Given the ethnic squeamishness built into Western governmental
bureaucracies these days, who’s more likely to fall foul of the
mandatory ID regime? The Ahmed Ressams or your Auntie Beryl? The
principal political requirement of the scheme will be to demonstrate
that it’s not ‘Islamophobic’, so if your auntie’s new NHS glass
eye finally comes through and she fails to re-register her biometric
data promptly, she’ll be hauled into court to demonstrate the ‘fairness’
of the new legislation. Michael Howard and his awful Me-Too Tory
party may believe it’s a vital tool in the war on terror, but in
practice it will prove a grand diversion from it. Meanwhile, the
dodgier imams will be enjoying the great benefit of new ‘hate crimes’

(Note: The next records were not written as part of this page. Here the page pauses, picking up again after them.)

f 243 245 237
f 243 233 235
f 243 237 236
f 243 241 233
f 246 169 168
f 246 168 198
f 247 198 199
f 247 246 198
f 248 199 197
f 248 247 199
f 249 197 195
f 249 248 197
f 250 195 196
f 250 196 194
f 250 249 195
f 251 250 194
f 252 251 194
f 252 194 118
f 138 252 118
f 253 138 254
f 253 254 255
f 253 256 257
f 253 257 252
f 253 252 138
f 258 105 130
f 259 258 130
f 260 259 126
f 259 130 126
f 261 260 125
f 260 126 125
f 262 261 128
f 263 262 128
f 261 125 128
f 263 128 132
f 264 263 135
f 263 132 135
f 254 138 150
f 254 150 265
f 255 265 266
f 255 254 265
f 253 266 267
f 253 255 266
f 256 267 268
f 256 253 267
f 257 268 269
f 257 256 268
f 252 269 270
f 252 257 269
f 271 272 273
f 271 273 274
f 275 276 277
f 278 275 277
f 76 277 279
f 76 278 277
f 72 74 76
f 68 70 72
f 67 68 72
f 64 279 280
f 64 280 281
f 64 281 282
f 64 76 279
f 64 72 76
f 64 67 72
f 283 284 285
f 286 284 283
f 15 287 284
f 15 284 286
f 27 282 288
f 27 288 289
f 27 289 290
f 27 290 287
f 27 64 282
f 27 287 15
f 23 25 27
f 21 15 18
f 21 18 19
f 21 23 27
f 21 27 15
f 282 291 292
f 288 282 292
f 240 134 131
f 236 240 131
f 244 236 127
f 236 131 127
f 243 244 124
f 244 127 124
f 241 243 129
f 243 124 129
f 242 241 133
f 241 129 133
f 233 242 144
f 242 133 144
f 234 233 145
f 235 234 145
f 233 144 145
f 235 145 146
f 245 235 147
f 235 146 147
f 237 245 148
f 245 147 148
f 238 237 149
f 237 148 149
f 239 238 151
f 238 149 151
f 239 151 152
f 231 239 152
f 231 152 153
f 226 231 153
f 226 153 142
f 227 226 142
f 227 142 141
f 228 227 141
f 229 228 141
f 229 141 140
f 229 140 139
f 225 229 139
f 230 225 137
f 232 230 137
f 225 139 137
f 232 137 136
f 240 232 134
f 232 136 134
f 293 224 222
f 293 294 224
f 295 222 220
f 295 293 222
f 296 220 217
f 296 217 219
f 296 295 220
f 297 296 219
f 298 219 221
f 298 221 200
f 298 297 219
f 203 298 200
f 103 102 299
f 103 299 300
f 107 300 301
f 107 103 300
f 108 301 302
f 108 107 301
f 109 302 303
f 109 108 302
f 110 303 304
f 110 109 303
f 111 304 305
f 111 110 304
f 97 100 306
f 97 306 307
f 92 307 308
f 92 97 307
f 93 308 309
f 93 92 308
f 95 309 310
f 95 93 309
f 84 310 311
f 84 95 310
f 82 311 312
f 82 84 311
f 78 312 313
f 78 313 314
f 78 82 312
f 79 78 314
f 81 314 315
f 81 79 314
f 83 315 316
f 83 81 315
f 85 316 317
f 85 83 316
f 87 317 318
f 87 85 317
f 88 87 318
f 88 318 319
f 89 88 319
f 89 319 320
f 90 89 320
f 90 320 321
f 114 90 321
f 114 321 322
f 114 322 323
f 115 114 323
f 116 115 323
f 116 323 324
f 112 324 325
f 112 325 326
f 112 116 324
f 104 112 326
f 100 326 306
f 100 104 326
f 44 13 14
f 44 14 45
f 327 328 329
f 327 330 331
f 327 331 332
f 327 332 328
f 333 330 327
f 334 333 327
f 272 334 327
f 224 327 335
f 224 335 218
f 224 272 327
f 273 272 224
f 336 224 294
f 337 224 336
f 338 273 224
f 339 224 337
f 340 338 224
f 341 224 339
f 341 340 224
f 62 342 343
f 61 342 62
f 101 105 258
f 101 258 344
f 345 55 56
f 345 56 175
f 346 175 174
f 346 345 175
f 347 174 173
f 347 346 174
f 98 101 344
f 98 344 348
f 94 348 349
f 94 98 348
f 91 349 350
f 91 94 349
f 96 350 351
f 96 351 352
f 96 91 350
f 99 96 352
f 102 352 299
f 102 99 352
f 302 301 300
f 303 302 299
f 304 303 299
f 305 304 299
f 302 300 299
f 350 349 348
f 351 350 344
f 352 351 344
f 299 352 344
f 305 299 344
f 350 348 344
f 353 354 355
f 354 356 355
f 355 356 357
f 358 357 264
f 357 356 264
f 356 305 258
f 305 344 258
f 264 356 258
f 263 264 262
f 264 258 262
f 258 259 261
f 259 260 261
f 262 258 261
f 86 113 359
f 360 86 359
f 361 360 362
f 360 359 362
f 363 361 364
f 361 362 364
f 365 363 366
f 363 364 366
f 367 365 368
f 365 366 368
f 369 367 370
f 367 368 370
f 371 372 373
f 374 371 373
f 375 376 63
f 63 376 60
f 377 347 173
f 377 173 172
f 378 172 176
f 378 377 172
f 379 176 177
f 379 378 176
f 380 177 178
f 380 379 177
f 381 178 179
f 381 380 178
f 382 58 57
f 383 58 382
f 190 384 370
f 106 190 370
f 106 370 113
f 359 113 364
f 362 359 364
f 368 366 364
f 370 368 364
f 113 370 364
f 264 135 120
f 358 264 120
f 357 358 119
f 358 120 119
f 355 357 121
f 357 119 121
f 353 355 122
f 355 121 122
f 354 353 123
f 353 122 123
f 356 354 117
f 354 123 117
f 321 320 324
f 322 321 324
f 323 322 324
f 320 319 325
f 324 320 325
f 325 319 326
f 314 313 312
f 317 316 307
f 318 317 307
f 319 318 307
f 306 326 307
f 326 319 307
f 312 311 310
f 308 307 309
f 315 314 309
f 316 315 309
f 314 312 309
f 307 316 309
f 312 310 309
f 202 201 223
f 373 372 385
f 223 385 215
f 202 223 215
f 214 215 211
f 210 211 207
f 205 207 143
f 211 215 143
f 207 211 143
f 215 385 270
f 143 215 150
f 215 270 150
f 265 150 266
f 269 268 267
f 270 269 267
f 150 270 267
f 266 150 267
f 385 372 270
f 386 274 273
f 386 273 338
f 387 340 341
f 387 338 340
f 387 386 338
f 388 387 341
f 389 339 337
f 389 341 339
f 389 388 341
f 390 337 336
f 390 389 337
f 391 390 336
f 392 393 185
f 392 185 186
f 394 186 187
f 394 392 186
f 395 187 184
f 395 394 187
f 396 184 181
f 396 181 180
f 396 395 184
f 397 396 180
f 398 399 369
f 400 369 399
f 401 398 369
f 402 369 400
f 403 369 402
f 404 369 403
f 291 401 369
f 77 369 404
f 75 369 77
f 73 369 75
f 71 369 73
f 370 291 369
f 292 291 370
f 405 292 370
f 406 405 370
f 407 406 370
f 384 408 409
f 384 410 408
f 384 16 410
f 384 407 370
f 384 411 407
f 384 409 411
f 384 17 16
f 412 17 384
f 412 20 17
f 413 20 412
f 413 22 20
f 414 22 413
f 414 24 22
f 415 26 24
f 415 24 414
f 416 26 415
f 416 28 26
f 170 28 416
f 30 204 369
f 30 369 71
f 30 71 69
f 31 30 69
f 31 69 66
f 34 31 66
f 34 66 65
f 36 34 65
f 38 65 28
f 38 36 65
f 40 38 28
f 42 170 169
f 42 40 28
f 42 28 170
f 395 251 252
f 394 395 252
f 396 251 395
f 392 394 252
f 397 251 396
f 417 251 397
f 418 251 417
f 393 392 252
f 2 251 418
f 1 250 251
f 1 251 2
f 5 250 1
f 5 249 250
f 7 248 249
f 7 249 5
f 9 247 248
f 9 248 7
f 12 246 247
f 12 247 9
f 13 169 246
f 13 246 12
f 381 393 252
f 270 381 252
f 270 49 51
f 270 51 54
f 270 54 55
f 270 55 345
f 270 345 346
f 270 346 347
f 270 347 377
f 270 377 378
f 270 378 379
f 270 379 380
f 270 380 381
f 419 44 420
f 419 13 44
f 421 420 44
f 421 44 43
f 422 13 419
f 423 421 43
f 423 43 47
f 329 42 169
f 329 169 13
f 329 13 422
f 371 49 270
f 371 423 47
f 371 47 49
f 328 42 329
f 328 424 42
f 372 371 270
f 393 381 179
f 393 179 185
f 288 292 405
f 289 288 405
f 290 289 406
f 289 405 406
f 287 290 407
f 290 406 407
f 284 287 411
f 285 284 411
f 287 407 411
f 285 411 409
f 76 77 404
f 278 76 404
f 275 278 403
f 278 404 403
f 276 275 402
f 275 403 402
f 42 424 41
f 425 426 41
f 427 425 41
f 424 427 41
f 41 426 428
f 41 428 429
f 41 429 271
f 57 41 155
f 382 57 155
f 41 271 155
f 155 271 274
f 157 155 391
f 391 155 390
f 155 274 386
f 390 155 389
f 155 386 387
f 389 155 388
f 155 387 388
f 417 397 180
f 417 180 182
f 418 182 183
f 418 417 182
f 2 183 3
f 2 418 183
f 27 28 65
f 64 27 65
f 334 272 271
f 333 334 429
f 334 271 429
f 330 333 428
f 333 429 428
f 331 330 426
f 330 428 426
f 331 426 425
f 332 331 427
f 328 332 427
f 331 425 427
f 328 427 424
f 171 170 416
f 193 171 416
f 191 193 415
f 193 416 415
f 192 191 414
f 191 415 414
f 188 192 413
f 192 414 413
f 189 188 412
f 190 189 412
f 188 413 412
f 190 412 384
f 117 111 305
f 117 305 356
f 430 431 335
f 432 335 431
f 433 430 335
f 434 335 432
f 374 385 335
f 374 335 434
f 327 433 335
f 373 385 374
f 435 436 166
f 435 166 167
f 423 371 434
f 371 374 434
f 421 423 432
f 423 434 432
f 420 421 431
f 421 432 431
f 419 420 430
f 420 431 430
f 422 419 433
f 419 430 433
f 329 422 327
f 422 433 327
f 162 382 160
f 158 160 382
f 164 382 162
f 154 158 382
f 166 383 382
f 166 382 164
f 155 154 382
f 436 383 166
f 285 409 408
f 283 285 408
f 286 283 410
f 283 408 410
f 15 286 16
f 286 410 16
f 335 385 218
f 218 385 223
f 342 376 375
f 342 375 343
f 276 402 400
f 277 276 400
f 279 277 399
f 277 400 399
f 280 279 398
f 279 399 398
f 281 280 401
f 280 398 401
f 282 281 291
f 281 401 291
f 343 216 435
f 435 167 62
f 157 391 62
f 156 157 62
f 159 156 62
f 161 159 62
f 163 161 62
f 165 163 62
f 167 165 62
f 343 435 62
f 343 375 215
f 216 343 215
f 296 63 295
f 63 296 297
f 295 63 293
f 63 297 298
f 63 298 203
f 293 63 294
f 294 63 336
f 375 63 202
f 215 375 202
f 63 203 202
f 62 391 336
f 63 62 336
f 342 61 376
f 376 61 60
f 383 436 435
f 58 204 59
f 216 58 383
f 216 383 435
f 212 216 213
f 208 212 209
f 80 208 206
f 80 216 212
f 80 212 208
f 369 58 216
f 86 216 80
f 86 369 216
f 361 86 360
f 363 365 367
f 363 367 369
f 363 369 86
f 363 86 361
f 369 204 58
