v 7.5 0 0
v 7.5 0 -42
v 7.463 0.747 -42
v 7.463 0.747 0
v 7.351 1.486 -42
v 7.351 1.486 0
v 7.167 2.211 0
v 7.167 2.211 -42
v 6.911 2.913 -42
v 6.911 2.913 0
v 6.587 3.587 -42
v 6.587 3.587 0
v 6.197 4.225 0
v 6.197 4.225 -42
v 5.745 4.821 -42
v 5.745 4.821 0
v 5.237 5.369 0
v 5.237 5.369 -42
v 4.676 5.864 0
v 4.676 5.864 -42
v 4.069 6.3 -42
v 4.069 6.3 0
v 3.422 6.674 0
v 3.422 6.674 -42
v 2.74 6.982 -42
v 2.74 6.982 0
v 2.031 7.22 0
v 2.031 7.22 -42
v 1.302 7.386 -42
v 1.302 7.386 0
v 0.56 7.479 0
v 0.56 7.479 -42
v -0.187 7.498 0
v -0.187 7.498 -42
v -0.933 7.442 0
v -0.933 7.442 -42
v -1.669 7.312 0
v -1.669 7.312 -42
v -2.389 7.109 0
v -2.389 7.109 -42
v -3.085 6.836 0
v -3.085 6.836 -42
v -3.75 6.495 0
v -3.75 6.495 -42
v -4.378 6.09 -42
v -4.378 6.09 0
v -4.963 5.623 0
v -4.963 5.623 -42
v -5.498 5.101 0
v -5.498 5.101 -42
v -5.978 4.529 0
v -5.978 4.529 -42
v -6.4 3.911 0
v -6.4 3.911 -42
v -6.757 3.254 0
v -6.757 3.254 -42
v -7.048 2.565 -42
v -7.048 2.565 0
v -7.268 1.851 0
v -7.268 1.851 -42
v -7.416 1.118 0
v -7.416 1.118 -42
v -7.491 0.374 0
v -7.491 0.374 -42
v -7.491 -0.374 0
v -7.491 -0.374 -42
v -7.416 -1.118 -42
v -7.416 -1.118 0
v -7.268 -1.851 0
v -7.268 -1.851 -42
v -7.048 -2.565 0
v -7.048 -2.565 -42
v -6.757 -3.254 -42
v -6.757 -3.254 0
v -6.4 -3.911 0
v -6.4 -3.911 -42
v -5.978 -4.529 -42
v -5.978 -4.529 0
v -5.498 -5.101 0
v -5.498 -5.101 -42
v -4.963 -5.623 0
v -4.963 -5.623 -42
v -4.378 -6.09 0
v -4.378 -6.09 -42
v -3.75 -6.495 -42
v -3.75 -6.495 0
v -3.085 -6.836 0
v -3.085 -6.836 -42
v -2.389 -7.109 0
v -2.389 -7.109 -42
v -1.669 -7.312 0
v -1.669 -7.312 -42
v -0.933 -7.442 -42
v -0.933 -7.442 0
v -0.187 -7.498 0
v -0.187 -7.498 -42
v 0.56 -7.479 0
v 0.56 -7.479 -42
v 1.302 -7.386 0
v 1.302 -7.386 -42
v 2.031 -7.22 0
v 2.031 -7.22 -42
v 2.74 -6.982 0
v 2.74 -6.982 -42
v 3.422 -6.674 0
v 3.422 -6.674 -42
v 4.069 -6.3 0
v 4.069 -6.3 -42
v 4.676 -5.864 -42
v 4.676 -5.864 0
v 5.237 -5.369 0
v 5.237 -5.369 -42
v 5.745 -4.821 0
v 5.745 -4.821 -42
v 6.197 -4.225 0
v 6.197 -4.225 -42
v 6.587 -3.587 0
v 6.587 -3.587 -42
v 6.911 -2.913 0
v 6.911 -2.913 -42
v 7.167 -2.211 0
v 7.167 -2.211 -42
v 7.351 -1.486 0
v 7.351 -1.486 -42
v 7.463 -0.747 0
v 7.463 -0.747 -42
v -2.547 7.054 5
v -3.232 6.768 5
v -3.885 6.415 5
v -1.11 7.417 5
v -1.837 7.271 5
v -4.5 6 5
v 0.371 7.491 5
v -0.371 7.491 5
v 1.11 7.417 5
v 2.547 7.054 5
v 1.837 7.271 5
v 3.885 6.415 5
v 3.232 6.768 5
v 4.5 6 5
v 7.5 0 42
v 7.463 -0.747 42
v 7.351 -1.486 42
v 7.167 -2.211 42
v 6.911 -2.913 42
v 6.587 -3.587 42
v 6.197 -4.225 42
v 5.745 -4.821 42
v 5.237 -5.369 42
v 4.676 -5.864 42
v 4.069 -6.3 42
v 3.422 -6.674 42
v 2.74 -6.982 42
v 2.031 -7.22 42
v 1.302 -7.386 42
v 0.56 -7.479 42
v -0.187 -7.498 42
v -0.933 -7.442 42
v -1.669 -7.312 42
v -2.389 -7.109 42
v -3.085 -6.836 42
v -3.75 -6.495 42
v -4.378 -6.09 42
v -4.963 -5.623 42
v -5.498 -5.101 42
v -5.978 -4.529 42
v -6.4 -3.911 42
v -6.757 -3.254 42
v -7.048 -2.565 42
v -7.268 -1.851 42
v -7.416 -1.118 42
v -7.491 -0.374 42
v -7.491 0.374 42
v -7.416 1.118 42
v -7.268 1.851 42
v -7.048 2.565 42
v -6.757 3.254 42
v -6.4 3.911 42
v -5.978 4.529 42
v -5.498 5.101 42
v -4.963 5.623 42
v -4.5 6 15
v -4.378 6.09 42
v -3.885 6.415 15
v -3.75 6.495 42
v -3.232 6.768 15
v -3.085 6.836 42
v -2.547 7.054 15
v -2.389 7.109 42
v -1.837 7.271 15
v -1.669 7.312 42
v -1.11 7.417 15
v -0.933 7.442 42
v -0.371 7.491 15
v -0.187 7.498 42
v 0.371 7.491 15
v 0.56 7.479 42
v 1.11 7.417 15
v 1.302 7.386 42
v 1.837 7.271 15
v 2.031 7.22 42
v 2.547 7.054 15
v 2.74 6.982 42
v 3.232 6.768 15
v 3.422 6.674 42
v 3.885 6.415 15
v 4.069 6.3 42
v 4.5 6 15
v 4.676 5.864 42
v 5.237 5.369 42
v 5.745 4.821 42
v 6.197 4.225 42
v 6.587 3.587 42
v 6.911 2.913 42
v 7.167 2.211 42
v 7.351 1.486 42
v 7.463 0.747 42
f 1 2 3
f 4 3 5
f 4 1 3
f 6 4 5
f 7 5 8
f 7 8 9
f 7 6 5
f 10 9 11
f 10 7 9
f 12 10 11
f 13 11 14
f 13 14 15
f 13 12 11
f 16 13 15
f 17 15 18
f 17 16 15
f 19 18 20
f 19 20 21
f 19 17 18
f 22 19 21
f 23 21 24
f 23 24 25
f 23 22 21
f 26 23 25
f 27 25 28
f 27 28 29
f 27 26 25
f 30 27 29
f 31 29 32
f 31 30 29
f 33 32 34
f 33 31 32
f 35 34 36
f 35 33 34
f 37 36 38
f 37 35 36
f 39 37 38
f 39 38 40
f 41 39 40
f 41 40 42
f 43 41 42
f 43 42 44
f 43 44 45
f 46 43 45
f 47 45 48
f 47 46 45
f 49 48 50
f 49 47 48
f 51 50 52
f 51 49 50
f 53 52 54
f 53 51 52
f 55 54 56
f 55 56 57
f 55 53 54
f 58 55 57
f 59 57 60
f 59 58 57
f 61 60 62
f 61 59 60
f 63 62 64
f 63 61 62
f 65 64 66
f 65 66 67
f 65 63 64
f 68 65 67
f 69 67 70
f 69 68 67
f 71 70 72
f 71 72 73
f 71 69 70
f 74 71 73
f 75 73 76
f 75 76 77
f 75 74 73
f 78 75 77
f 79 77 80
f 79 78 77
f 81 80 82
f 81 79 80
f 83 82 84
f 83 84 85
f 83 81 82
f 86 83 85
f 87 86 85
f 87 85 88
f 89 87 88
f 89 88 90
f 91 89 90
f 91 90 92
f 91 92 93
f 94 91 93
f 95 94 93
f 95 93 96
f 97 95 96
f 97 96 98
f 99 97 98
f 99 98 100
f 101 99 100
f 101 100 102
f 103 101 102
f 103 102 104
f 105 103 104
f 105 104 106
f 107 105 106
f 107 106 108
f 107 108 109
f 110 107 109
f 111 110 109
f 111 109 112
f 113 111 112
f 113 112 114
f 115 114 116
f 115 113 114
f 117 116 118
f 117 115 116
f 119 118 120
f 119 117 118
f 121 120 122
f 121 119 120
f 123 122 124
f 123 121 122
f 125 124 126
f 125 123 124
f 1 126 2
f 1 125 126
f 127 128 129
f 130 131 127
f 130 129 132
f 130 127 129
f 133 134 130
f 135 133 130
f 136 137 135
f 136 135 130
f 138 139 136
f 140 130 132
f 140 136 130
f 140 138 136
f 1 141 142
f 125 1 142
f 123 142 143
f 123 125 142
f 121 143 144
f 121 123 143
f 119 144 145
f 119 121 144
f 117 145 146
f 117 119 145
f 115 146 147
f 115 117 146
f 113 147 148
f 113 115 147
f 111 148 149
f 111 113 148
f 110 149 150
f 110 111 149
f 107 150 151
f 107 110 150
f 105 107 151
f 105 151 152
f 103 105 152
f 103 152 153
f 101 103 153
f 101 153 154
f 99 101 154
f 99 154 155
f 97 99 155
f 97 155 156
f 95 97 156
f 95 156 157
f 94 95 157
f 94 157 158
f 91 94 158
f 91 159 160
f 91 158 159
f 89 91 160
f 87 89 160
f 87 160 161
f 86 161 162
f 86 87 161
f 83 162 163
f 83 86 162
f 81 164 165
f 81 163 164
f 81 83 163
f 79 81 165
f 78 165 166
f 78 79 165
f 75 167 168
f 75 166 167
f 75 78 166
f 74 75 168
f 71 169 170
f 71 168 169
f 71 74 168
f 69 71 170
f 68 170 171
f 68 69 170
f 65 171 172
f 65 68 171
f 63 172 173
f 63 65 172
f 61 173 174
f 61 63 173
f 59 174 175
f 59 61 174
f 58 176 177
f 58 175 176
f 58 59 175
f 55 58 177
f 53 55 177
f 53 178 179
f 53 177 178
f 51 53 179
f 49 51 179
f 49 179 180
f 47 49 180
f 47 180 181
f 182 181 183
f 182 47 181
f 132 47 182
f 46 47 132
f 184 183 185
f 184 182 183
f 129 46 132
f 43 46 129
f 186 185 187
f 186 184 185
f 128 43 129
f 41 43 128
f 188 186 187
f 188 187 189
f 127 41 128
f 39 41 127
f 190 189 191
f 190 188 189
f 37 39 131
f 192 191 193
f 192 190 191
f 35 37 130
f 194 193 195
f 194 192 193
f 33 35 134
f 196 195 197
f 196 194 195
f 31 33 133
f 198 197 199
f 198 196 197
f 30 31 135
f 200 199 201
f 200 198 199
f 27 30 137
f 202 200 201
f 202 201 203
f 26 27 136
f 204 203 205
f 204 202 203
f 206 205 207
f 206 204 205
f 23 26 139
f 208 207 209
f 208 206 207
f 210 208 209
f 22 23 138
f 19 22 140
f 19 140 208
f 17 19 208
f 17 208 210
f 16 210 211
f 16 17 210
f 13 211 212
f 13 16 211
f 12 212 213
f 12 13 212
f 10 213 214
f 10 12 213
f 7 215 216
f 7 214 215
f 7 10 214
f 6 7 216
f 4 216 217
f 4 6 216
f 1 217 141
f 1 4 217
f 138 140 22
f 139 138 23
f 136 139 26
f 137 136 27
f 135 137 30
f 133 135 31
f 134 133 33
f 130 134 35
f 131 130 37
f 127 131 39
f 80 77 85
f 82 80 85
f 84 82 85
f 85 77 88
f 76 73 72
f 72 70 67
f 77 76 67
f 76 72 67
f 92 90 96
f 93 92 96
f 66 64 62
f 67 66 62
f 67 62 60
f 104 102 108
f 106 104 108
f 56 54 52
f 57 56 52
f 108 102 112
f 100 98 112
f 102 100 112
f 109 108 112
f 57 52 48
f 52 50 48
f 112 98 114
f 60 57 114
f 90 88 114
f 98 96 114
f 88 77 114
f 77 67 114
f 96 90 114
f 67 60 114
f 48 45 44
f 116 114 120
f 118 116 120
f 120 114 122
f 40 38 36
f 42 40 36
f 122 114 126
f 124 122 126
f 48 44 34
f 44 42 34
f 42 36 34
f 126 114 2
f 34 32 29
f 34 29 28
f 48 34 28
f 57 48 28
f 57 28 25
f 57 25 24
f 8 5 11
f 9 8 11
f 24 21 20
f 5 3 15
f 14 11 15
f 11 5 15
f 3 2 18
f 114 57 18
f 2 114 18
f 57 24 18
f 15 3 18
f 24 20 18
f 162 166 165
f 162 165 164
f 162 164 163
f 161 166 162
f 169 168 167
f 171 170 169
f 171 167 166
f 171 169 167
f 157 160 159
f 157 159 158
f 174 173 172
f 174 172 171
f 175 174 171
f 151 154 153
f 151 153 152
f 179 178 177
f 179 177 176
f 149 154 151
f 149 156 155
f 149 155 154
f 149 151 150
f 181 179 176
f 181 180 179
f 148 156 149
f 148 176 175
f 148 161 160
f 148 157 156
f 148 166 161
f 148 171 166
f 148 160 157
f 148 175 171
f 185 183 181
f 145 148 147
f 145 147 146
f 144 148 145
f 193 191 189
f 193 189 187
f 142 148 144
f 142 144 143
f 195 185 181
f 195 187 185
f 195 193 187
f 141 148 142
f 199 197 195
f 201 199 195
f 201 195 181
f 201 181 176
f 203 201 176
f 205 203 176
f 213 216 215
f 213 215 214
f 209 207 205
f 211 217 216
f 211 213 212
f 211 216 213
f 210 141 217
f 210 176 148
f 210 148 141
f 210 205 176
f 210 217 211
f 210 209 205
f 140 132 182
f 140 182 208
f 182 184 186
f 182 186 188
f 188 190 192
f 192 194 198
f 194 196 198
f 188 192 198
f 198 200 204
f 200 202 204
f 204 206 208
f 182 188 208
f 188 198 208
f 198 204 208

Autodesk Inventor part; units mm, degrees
ref_plane "YZ Plane" through (0, 0, 0) normal (1, 0, 0) x (0, 1, 0)
ref_plane "XZ Plane" through (0, 0, 0) normal (0, 1, 0) x (-1, 0, 0)
sketch "Boceto1" plane through (0, 0, 0) normal (0, 0, 1) x (1, 0, 0)
  circle A0 centre (0, 0) radius 7.5
  dimension "d0" = 15
extrude "Extrusión1" add sketch "Boceto1" along normal mid plane 84
ref_plane "Plano de trabajo1" through (0, 0, 5) normal (0, 0, 1) x (1, 0, 0)
sketch "Boceto3" plane through (0, 0, 5) normal (0, 0, 1) x (1, 0, 0)
  circle A0 centre (0, 0) radius 7.5 projected
  line L0 (0, 7.5) -> (0, 6)
  line L1 (0, 6) -> (4.5, 6)
  line L2 (0, 6) -> (-4.5, 6)
  dimension "d4" = 1.5
extrude "Extrusión2" cut sketch "Boceto3" along normal blind 10 contours L1 L0 A0 | A0 L0 L2
properties part number "Eje_engrane"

legislation. As we’ve seen this week with the Sikhs and the poor
old Birmingham Rep, the more robust religions are already very effective
at silencing debate. In the Netherlands, Geert Wilders, who’s spoken
out against radical Islam, now shows his face in public only for
parliamentary appearances and even then has to be accompanied by
armed guards. I’m sure he was relieved to hear that the Muslim who
put out a video on the Internet threatening to behead Wilders for
the ‘sin’ of ‘mocking Islam’ was sentenced to 120 days of community
service.
The religious ‘hate crimes’ law is another example of excessive
street signage applied to the broader byways of society. It attempts
to supplant human judgment with government management. The multicultural
state is working out so well that we can no longer be trusted to
regulate our own interactions with our neighbours. Islam, unlike
Anglicanism, is an explicitly political project: sharia is a legal
system but, unlike English common law or the Napoleonic code, for
the purposes of public debate it will henceforth enjoy the special
protection of Her Majesty’s government. Given that the emerging
Muslim lobby groups are the Robert Maxwells of ethno-cultural grievance-mongers,
you can bet that they’ll make full use of any new law. Political
debate in Europe is already hedged in by excessive squeamishness:
Holland’s ‘immigration problem’ is a Muslim problem, France’s ‘youth
problem’ is a Muslim problem, the ‘terrorism threat’ that necessitated
the ID cards is in reality an Islamic threat. How is preventing
honest discussion of the issue going to make Britain any safer?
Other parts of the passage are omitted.